Crowdsourced semantic annotation of scientific publications and tabular data in PDF

Takis, Jaana; Saiful Islam, A.Q.M.; Lange, Christoph; Auer, Sören

doi:10.1145/2814864.2814887

2015

Conference Paper

Abstract

Significant amounts of knowledge in science and technology have so far not been published as Linked Open Data but are contained in the text and tables of legacy PDF publications. Making such information available as RDF would, for example, provide direct access to claims and facilitate surveys of related work. A lot of valuable tabular information that till now only existed in PDF documents would also finally become machine understandable. Instead of studying scientific literature or engineering patents for months, it would be possible to collect such input by simple SPARQL queries. The SemAnn approach enables collaborative annotation of text and tables in PDF documents, a format that is still the common denominator of publishing, thus maximising the potential user base.

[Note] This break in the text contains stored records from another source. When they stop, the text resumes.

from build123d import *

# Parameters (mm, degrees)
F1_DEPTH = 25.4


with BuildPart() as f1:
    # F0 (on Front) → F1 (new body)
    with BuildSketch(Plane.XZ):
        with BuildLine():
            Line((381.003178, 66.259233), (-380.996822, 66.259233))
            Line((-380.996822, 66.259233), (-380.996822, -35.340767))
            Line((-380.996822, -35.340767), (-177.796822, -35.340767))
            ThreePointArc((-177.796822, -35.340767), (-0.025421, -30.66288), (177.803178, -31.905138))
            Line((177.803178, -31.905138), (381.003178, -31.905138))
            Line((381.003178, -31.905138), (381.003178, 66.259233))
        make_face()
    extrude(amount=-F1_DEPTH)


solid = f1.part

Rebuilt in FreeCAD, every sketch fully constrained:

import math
import FreeCAD as App
import Part
import Sketcher
Q = App.Units.Quantity

doc = App.newDocument("Part")
body = doc.addObject("PartDesign::Body", "Body")

# Sketch on XZ plane
sketch1 = doc.addObject("Sketcher::SketchObject", "Sketch")
body.addObject(sketch1)
sketch1.AttachmentSupport = (doc.XZ_Plane, [""])
sketch1.MapMode = "FlatFace"
sketch1.addGeometry(Part.LineSegment(App.Vector(381, 66, 0), App.Vector(-381, 66, 0)), False)
sketch1.addGeometry(Part.LineSegment(App.Vector(-381, 66, 0), App.Vector(-381, -35, 0)), False)
sketch1.addGeometry(Part.LineSegment(App.Vector(-381, -35, 0), App.Vector(-178, -35, 0)), False)
sketch1.addGeometry(Part.ArcOfCircle(Part.Circle(App.Vector(52, -5372, 0), App.Vector(0, 0, 1), 5342), math.radians(88.65), math.radians(92.46)), False)
sketch1.addGeometry(Part.LineSegment(App.Vector(178, -32, 0), App.Vector(381, -32, 0)), False)
sketch1.addGeometry(Part.LineSegment(App.Vector(381, -32, 0), App.Vector(381, 66, 0)), False)
sketch1.addConstraint(Sketcher.Constraint("Coincident", 0, 2, 1, 1))
sketch1.addConstraint(Sketcher.Constraint("Coincident", 1, 2, 2, 1))
sketch1.addConstraint(Sketcher.Constraint("Coincident", 2, 2, 3, 2))
sketch1.addConstraint(Sketcher.Constraint("Coincident", 3, 1, 4, 1))
sketch1.addConstraint(Sketcher.Constraint("Coincident", 4, 2, 5, 1))
sketch1.addConstraint(Sketcher.Constraint("Coincident", 5, 2, 0, 1))
sketch1.addConstraint(Sketcher.Constraint("Horizontal", 0))
sketch1.addConstraint(Sketcher.Constraint("Vertical", 1))
sketch1.addConstraint(Sketcher.Constraint("Horizontal", 2))
sketch1.addConstraint(Sketcher.Constraint("Horizontal", 4))
sketch1.addConstraint(Sketcher.Constraint("Vertical", 5))
sketch1.addConstraint(Sketcher.Constraint("Equal", 2, 4))
sketch1.addConstraint(Sketcher.Constraint("DistanceX", 0, 2, 0, 1, Q("30 in")))
sketch1.addConstraint(Sketcher.Constraint("DistanceX", 2, 1, 2, 2, Q("8 in")))
sketch1.addConstraint(Sketcher.Constraint("DistanceY", 1, 2, 1, 1, Q("4 in")))
sketch1.addConstraint(Sketcher.Constraint("Radius", 3, 5341.605285))
sketch1.addConstraint(Sketcher.Constraint("DistanceY", 5, 1, 5, 2, 98.164371))
sketch1.addConstraint(Sketcher.Constraint("DistanceX", 0, 2, -1, 1, 380.996822))
sketch1.addConstraint(Sketcher.Constraint("DistanceY", 3, 1, -1, 1, 31.905138))
pad1 = doc.addObject("PartDesign::Pad", "Pad")
body.addObject(pad1)
pad1.Profile = sketch1
pad1.Length = Q("1 in")
pad1.Reversed = True

doc.recompute()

The resulting annotations in RDF format are available for querying through a SPARQL endpoint. To incentivise users with an immediate benefit for making the effort of annotation, SemAnn recommends related papers, taking into account the hierarchical context of annotations in a novel way. We evaluated the usability of SemAnn and the usefulness of its recommendations by analysing annotations resulting from tasks assigned to test users and by interviewing them. While the evaluation shows that even few annotations lead to a good recall, we also observed unexpected, serendipitous recommendations, which confirms the merit of our low-threshold annotation support for the crowd.